Thursday, January 7, 2016

The Suck

I used to think I had things to say. Looking back I probably didn't and I certainly don't now. How that switch came about I'm not exactly sure, but it's probably having to do with my expectations of what is interesting.

Mostly I find I bore myself when I write. I try to have interesting thoughts and ideas to write about but...there's nothing.

Where was I going with this?

I can't remember but there's a quote, this quote by AJ Jacobs - whoever that is: Embrace the Suck.

Not the suck like "I suck"...

Sucks to suck, Eric
...but the hard uncomfortable stuff, the boring stuff that brings about results that aren't boring - the 4:30AM wake ups, going to the gym where you don't have any friends, eating the spinach, not eating all the things that you want to eat - all the things! - running when it's 5 degrees, going to bed early. Those things...they suck. They are gritty and beautiful and satisfying but then I'm like "It's Thursday and I DON'T WANT TO DO THAT. Any of that. I want to eat bread and chocolate and binge read fiction books and online shopping and not do anything at all on my To Do list. Sometimes I basically go to my Do Not Do list and do all those things - every one of them - because I look at that and I'm like Look at all these great things! and YOU CAN'T TELL ME WHAT TO DO and then I'm like WHY DO I SUCK MY LIFE IS FALLING APART and it's like Yeah well they were on the Do Not Do list for a reason and now you're sad and chubby. Should have listened to your rational self who wrote the Do Not Do List in a moment of clarity and ambition.

My life.


So yeah but what AJ was talking about was the gritty stuff, the stuff that only sucks when you're thinking about having to do it right now, but once you start you're exhilarated and once you're done you're happy and healthy. Those are the things I'm trying to do.

Who knew?
Embrace the suck.

I don't know if it ever stops sucking, but eventually you give up arguing with yourself about it, which really is the exhausting part, and don't even acknowledge that there is another option so it's no longer "This sucks" it's just "This is what I'm doing now". Wish we could just skip to that part. But that beginning This Sucks phase is part of the suck that must be embraced and so can't be skipped. At first my whiny side is all You want me to do what?! Don't be ridiculous! Have a nap, you're clearly unwell. Eventually, if the rational gritty self wins out enough, the whiny side tries a wheedling But...but...but...naps! And pastries! And eventually it just gives a perfunctory No but already knows the battle is lost. Or won. And my bad ass self is like YEAH SUCK IT.

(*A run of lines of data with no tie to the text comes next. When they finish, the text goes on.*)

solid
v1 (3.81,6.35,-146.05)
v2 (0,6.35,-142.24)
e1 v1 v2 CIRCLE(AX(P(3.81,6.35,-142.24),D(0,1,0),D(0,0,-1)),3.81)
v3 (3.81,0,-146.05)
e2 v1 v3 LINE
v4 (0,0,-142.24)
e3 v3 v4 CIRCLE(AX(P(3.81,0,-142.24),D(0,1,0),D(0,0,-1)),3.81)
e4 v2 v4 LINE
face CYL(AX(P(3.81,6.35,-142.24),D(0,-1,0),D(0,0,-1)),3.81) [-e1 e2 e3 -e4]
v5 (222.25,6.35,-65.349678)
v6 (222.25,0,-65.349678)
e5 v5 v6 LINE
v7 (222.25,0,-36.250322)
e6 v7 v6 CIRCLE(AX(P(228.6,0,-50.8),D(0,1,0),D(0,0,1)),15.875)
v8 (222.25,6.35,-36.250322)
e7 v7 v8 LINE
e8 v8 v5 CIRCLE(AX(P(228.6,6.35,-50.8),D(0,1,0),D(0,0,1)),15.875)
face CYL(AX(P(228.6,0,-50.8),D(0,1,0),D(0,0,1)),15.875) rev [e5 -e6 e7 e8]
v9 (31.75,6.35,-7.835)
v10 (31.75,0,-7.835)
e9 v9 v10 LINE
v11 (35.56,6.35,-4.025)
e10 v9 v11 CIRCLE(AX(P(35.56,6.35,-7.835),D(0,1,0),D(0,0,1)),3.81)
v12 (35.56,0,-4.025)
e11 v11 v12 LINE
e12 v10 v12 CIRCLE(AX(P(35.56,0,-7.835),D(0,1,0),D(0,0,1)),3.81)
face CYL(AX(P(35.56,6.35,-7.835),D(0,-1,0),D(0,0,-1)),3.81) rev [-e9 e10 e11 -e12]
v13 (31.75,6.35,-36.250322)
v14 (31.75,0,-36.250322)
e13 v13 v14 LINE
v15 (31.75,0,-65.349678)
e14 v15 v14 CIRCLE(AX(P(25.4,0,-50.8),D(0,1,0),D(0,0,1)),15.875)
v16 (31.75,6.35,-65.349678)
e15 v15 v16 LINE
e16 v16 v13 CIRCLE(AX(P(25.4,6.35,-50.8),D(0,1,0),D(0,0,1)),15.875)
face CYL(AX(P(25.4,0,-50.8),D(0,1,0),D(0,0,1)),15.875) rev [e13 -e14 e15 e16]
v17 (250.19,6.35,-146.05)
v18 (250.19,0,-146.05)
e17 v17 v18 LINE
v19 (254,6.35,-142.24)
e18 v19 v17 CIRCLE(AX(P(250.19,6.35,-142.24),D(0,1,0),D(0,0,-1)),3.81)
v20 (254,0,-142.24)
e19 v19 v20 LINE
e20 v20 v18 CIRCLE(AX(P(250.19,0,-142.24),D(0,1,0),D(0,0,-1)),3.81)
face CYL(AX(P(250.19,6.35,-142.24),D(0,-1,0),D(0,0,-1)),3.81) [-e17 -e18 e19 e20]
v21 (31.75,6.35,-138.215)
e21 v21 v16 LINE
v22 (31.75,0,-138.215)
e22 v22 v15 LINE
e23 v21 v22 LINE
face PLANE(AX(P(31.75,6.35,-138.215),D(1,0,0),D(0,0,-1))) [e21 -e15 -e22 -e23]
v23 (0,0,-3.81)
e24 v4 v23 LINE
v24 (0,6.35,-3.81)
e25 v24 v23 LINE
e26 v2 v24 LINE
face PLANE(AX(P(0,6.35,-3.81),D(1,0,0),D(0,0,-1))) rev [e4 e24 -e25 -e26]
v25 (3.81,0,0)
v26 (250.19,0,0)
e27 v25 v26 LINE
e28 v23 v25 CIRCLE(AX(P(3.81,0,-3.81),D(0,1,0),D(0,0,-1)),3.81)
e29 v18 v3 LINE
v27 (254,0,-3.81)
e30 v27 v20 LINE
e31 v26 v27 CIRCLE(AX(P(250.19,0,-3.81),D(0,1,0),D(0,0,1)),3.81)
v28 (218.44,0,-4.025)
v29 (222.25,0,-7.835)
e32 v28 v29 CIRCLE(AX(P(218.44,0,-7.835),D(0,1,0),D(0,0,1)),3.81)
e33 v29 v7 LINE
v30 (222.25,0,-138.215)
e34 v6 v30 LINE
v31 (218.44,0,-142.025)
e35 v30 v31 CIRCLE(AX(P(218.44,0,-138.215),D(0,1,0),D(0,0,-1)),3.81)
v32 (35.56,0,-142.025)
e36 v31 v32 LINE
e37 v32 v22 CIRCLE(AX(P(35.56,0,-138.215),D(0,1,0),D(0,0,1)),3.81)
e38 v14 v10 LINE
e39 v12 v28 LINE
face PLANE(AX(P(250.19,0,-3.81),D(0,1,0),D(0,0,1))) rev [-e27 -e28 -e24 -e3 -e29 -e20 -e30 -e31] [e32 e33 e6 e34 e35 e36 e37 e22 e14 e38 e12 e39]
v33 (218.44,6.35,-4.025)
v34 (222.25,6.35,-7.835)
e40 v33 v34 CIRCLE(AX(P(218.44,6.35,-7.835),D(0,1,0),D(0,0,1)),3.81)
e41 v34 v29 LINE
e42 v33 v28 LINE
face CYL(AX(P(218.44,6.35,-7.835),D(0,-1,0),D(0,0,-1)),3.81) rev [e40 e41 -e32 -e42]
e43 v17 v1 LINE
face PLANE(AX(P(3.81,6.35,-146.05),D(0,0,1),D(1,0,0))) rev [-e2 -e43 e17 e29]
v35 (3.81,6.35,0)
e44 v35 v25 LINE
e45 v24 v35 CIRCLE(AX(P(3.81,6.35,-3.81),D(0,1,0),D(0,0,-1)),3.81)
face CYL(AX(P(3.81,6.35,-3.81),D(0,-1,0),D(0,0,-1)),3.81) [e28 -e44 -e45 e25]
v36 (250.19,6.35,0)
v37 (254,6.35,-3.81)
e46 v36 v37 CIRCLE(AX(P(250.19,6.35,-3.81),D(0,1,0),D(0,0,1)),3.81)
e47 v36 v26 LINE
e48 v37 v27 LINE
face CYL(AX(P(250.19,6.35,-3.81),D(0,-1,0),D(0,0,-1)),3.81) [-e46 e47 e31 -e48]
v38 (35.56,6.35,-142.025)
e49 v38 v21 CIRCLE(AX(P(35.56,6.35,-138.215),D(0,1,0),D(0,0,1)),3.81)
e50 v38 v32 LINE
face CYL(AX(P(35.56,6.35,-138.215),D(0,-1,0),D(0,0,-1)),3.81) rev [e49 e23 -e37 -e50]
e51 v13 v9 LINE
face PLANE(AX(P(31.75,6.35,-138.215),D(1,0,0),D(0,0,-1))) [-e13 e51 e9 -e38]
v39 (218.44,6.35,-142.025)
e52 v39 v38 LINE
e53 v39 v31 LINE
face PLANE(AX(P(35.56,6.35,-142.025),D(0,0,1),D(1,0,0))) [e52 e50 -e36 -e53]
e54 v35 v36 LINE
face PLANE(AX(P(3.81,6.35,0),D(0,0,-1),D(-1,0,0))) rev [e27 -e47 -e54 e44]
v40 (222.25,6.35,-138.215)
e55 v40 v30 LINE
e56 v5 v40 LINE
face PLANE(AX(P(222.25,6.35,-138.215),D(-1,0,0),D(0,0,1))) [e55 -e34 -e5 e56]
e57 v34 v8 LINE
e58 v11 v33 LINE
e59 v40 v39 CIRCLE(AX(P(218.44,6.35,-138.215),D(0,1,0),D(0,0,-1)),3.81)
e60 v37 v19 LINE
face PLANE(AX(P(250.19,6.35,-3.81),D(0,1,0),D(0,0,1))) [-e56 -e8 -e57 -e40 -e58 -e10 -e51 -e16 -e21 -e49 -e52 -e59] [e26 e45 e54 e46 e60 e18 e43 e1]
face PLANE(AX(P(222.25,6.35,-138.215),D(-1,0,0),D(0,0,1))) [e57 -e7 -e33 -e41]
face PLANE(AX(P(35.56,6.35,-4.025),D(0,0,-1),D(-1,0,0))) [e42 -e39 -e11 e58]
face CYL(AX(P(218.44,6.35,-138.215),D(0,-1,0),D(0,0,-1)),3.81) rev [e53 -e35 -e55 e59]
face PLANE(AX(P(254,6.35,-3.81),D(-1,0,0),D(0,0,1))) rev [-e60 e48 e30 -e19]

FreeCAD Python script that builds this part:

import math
import FreeCAD as App
import Part
import Sketcher
from FreeCAD import Vector
Q = App.Units.Quantity

doc = App.newDocument("Part")
params = doc.addObject("Spreadsheet::Sheet", "Params")
for row, (alias, value) in enumerate([
    ("sketch1_radius", "0.15 in"),
    ("sketch1_width", "9.7 in"),
    ("sketch1_width2", "7.2 in"),
    ("sketch1_height", "5.45 in"),
    ("pad1_length", "0.25 in"),
    ("sketch2_diameter", "1.25 in"),
], start=1):
    params.set(f"A{row}", alias)
    params.set(f"B{row}", "=" + value)
    params.setAlias(f"B{row}", alias)

body = doc.addObject("PartDesign::Body", "Body")

# Sketch on XZ plane
sketch1 = body.newObject("Sketcher::SketchObject", "Sketch")
sketch1.AttachmentSupport = (doc.getObject("XZ_Plane"), [""])
sketch1.MapMode = "FlatFace"
sketch1.addGeometry(Part.LineSegment(Vector(3.8, 0, 0), Vector(250.2, 0, 0)), False)
sketch1.addGeometry(Part.ArcOfCircle(Part.Circle(Vector(250.2, -3.8, 0), Vector(0, 0, 1), 3.8), math.radians(0), math.radians(90)), False)
sketch1.addGeometry(Part.LineSegment(Vector(254, -3.8, 0), Vector(254, -142.2, 0)), False)
sketch1.addGeometry(Part.ArcOfCircle(Part.Circle(Vector(250.2, -142.2, 0), Vector(0, 0, 1), 3.8), math.radians(-90), math.radians(0)), False)
sketch1.addGeometry(Part.LineSegment(Vector(250.2, -146.1, 0), Vector(3.8, -146.1, 0)), False)
sketch1.addGeometry(Part.ArcOfCircle(Part.Circle(Vector(3.8, -142.2, 0), Vector(0, 0, 1), 3.8), math.radians(-180), math.radians(-90)), False)
sketch1.addGeometry(Part.LineSegment(Vector(0, -142.2, 0), Vector(0, -3.8, 0)), False)
sketch1.addGeometry(Part.ArcOfCircle(Part.Circle(Vector(3.8, -3.8, 0), Vector(0, 0, 1), 3.8), math.radians(90), math.radians(180)), False)
sketch1.addGeometry(Part.ArcOfCircle(Part.Circle(Vector(35.6, -138.2, 0), Vector(0, 0, 1), 3.8), math.radians(-180), math.radians(-90)), False)
sketch1.addGeometry(Part.LineSegment(Vector(35.6, -142, 0), Vector(218.4, -142, 0)), False)
sketch1.addGeometry(Part.ArcOfCircle(Part.Circle(Vector(218.4, -138.2, 0), Vector(0, 0, 1), 3.8), math.radians(-90), math.radians(0)), False)
sketch1.addGeometry(Part.LineSegment(Vector(222.2, -138.2, 0), Vector(222.2, -7.8, 0)), False)
sketch1.addGeometry(Part.ArcOfCircle(Part.Circle(Vector(218.4, -7.8, 0), Vector(0, 0, 1), 3.8), math.radians(0), math.radians(90)), False)
sketch1.addGeometry(Part.LineSegment(Vector(218.4, -4, 0), Vector(35.6, -4, 0)), False)
sketch1.addGeometry(Part.ArcOfCircle(Part.Circle(Vector(35.6, -7.8, 0), Vector(0, 0, 1), 3.8), math.radians(90), math.radians(180)), False)
sketch1.addGeometry(Part.LineSegment(Vector(31.8, -7.8, 0), Vector(31.8, -138.2, 0)), False)
sketch1.addConstraint(Sketcher.Constraint("Tangent", 0, 2, 1, 2))
sketch1.addConstraint(Sketcher.Constraint("Tangent", 1, 1, 2, 1))
sketch1.addConstraint(Sketcher.Constraint("Tangent", 2, 2, 3, 2))
sketch1.addConstraint(Sketcher.Constraint("Tangent", 3, 1, 4, 1))
sketch1.addConstraint(Sketcher.Constraint("Tangent", 4, 2, 5, 2))
sketch1.addConstraint(Sketcher.Constraint("Tangent", 5, 1, 6, 1))
sketch1.addConstraint(Sketcher.Constraint("Tangent", 6, 2, 7, 2))
sketch1.addConstraint(Sketcher.Constraint("Tangent", 7, 1, 0, 1))
sketch1.addConstraint(Sketcher.Constraint("Tangent", 8, 2, 9, 1))
sketch1.addConstraint(Sketcher.Constraint("Tangent", 9, 2, 10, 1))
sketch1.addConstraint(Sketcher.Constraint("Tangent", 10, 2, 11, 1))
sketch1.addConstraint(Sketcher.Constraint("Tangent", 11, 2, 12, 1))
sketch1.addConstraint(Sketcher.Constraint("Tangent", 12, 2, 13, 1))
sketch1.addConstraint(Sketcher.Constraint("Tangent", 13, 2, 14, 1))
sketch1.addConstraint(Sketcher.Constraint("Tangent", 14, 2, 15, 1))
sketch1.addConstraint(Sketcher.Constraint("Tangent", 15, 2, 8, 1))
sketch1.addConstraint(Sketcher.Constraint("Horizontal", 0))
sketch1.addConstraint(Sketcher.Constraint("Vertical", 2))
sketch1.addConstraint(Sketcher.Constraint("Horizontal", 4))
sketch1.addConstraint(Sketcher.Constraint("Vertical", 6))
sketch1.addConstraint(Sketcher.Constraint("Horizontal", 9))
sketch1.addConstraint(Sketcher.Constraint("Vertical", 11))
sketch1.addConstraint(Sketcher.Constraint("Horizontal", 13))
sketch1.addConstraint(Sketcher.Constraint("Vertical", 15))
sketch1.addConstraint(Sketcher.Constraint("Equal", 1, 3))
sketch1.addConstraint(Sketcher.Constraint("Equal", 3, 5))
sketch1.addConstraint(Sketcher.Constraint("Equal", 5, 7))
sketch1.addConstraint(Sketcher.Constraint("Equal", 7, 8))
sketch1.addConstraint(Sketcher.Constraint("Equal", 8, 10))
sketch1.addConstraint(Sketcher.Constraint("Equal", 10, 12))
sketch1.addConstraint(Sketcher.Constraint("Equal", 12, 14))
sketch1.addConstraint(Sketcher.Constraint("PointOnObject", 0, 2, -1))
sketch1.addConstraint(Sketcher.Constraint("PointOnObject", 5, 1, -2))
sketch1.addConstraint(Sketcher.Constraint("Radius", 1, Q("0.15 in")))
sketch1.addConstraint(Sketcher.Constraint("DistanceX", 0, 1, 0, 2, Q("9.7 in")))
sketch1.addConstraint(Sketcher.Constraint("DistanceX", 9, 1, 9, 2, Q("7.2 in")))
sketch1.addConstraint(Sketcher.Constraint("DistanceY", 2, 2, 2, 1, Q("5.45 in")))
sketch1.addConstraint(Sketcher.Constraint("DistanceX", -1, 1, 8, 3, Q("1.4 in")))
sketch1.addConstraint(Sketcher.Constraint("DistanceY", 11, 1, 11, 2, Q("130.38 mm")))
sketch1.addConstraint(Sketcher.Constraint("DistanceY", 8, 3, -1, 1, Q("138.215 mm")))
sketch1.setExpression("Constraints[33]", "Params.sketch1_radius")
sketch1.setExpression("Constraints[34]", "Params.sketch1_width")
sketch1.setExpression("Constraints[35]", "Params.sketch1_width2")
sketch1.setExpression("Constraints[36]", "Params.sketch1_height")
pad1 = body.newObject("PartDesign::Pad", "Pad")
pad1.Profile = sketch1
pad1.setExpression("Length", "Params.pad1_length")
pad1.Reversed = True

# Sketch on XZ plane
sketch2 = body.newObject("Sketcher::SketchObject", "Sketch001")
sketch2.AttachmentSupport = (doc.getObject("XZ_Plane"), [""])
sketch2.MapMode = "FlatFace"
sketch2.AttachmentOffset = App.Placement(Vector(0, 0, -0.25 * 25.4), App.Rotation())
sketch2.addGeometry(Part.Circle(Vector(25, -51, 0), Vector(0, 0, 1), 16), False)
sketch2.addGeometry(Part.Circle(Vector(229, -51, 0), Vector(0, 0, 1), 16), False)
sketch2.addConstraint(Sketcher.Constraint("Equal", 0, 1))
sketch2.addConstraint(Sketcher.Constraint("Horizontal", 0, 3, 1, 3))
sketch2.addConstraint(Sketcher.Constraint("Diameter", 0, Q("1.25 in")))
sketch2.addConstraint(Sketcher.Constraint("DistanceX", -1, 1, 0, 3, Q("1 in")))
sketch2.addConstraint(Sketcher.Constraint("DistanceY", 0, 3, -1, 1, Q("2 in")))
sketch2.addConstraint(Sketcher.Constraint("DistanceX", -1, 1, 1, 3, Q("9 in")))
sketch2.setExpression("Constraints[2]", "Params.sketch2_diameter")
pocket1 = body.newObject("PartDesign::Pocket", "Pocket")
pocket1.Profile = sketch2
pocket1.Type = "ThroughAll"
pocket1.Reversed = True

doc.recompute()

Also, I really miss riding my fucking bike (swearing is on the Do Not Do list but pretty sure it's the only thing on the list I haven't accomplished yet today and I like to be thorough). And I miss being at the point where I was fit enough that riding was fun. But anyway it's snowy and I don't have a fat bike and all my friends who ride are in another town so it's all beside the point. Moving is disruptive, everybody, I don't recommend it unless you're an adultier adult than I. Which is likely, let's be honest.


OK. Tomorrow I'll try to accomplish the other list. ONLY BEGIN. It's the only hard part, truth be told.

Embrace the suck! Be all THIS SUCKS...yeahhhhh, isn't it great?